When you use dictation (the voice mode in our case), it's dangerously easy to be ambiguous.

Description, the art of communicating effectively with AI systems, is one the core competencies in AI Fluency. Without the ability to describe precisely, you cannot make these systems "work." By "work," I mean being effective (getting the result you want) and efficient (utilizing your time and attention properly).

Dictation is not speaking, because with a human audience, a charismatic speaker can compensate for thin ideas. The audience fills in the gaps; they laugh and get swept up in the energy. With dictation, you lose prosodic cues, the rhythmic features of speech. These include pitch, loudness, tempo and pauses, which convey meaning beyond the literal words.

Dictation is obviously not writing either. Writing forces you to reach for the right word. In a prompt, the "right" word is often the difference between a mediocre output and a useful one. A model only processes what you give it. If your input is vague, the output reflects that. There is no "crowd effect" to save you, only the model’s pre-training assumptions filling the gaps in your logic.
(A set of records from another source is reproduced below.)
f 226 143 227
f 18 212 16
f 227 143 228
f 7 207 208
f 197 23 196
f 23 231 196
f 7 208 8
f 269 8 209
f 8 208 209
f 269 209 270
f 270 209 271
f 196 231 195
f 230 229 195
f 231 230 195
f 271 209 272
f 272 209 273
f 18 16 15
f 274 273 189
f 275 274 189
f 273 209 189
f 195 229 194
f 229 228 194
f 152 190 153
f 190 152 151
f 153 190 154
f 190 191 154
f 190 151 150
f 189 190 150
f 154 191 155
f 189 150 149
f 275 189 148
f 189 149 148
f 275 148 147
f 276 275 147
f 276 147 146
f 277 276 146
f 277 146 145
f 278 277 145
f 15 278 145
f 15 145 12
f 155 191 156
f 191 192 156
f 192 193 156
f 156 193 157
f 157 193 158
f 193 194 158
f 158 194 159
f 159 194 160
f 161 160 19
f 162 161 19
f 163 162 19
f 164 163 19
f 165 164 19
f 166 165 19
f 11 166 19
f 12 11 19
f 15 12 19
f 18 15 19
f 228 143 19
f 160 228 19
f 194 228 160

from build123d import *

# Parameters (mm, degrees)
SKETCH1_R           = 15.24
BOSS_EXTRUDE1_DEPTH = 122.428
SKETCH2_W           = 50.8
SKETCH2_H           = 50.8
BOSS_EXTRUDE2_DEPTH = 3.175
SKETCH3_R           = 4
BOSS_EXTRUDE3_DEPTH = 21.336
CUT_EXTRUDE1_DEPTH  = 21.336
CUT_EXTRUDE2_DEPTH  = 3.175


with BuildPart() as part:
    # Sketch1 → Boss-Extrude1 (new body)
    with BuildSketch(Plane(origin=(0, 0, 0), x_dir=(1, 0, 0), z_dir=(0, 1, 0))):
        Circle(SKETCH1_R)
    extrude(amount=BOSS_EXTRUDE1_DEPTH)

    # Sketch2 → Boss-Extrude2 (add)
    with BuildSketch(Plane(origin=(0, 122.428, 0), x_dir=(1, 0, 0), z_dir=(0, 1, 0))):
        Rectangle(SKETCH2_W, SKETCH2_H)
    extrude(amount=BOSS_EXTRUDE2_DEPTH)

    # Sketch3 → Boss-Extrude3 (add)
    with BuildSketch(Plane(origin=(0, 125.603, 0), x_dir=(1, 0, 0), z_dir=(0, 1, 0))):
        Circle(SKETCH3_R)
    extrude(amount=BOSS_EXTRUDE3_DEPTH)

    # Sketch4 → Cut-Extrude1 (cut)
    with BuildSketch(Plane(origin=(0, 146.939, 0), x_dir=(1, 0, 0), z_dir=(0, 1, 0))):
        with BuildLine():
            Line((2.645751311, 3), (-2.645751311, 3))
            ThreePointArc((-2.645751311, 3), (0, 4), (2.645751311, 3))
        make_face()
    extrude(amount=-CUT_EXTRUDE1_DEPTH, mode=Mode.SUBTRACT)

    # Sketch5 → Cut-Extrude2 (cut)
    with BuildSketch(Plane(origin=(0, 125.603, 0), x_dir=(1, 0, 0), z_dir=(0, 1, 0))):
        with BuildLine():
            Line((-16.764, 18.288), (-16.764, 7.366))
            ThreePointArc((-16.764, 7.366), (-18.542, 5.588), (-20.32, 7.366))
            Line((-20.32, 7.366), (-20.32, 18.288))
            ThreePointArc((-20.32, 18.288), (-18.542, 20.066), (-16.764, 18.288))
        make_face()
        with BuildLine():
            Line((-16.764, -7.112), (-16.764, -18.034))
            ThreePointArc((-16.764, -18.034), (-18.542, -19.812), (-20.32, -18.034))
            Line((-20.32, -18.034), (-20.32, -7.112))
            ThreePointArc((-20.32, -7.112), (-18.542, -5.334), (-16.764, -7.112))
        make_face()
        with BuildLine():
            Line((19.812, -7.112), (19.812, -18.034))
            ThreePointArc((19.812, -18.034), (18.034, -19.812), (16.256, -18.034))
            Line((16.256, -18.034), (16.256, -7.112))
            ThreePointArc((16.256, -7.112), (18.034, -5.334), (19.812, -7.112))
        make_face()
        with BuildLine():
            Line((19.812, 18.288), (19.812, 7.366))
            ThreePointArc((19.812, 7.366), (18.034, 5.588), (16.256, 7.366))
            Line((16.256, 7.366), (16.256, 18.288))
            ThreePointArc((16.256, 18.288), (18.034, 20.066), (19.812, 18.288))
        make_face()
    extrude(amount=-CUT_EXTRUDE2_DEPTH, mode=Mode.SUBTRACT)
The stakes of the "writing vs. dictation" distinction are higher with AI than with humans.

I learned this the hard way.

A pull request that began as a casual "we want this, can you just implement it", described to a model the way you’d speak to a colleague, backfired. The model did roughly what we expected, but it introduced so much complexity that we had to start from scratch, reading documentation, GitHub issues, discussion pages etc.

If we hadn't used AI at all, it might have been faster for that instance. However, if we had used it properly, through rigorous writing and clear description, we could have arrived at the result an order of magnitude faster. The tool wasn’t the problem; the description was.

If you want to skip these kinds of stories and move straight toward the successes, what should you do? How can you work with AI in ways that are truly effective and efficient?

You have to learn how to write well, by writing.

A quote from Paul Graham on Writing and Speaking:

Having good ideas is most of writing well. If you know what you're talking about, you can say it in the plainest words and you'll be perceived as having a good style.

In order to write well, you have to write, find your good ideas and arrive at good writing. There is no good writing at first drafts.

You have to avoid the shortsighted view.

Someone new to these tools might try them to build something. The voice modes would only seem obvious to use. But with that as initial step, the product will be something mediocre or a "slop", even though getting a world class one is really available to anyone.

The only prerequisite is to become AI Fluent, which involves writing.

You write to clearly define the goal, the process and the measurement. The quality of your results is directly tied to your ability to articulate these needs, and writing is your vehicle to get there, not dictation or speaking.

You have to remember the "why" of your work, constantly.

If you only measure your value by productivity rather than who you are becoming, you are on a dangerous path. Because you are the output of your work, not the work itself.

One of my favorite quotes from Skyrim, explains perfectly:

You put time into your blades, they will serve you when you need them.

Put time into your blades.

AI can bring speed, scale and pattern recognition. But you bring judgment, critical thinking and the accountability that comes from actually caring about the outcome.

So, while working with these systems, your mind is your blade. By writing well, you sharpen it.

I'm not writing this to criticize the tools. I think what's happening with AI is genuinely new, a different way of working, thinking, building. But I keep watching people have their first experience of it through the wrong interface, get a mediocre result, and conclude the technology isn't useful. That conclusion is wrong. And it's expensive, for them and for what they could have built.

Speed and convenience wins. It's human nature. So it will win again.

We all are going to be welcomed to use these systems without writing. This is just like how every social platform is offering short form content nowadays.

I'm just trying to make sure you are aware of what you are doing.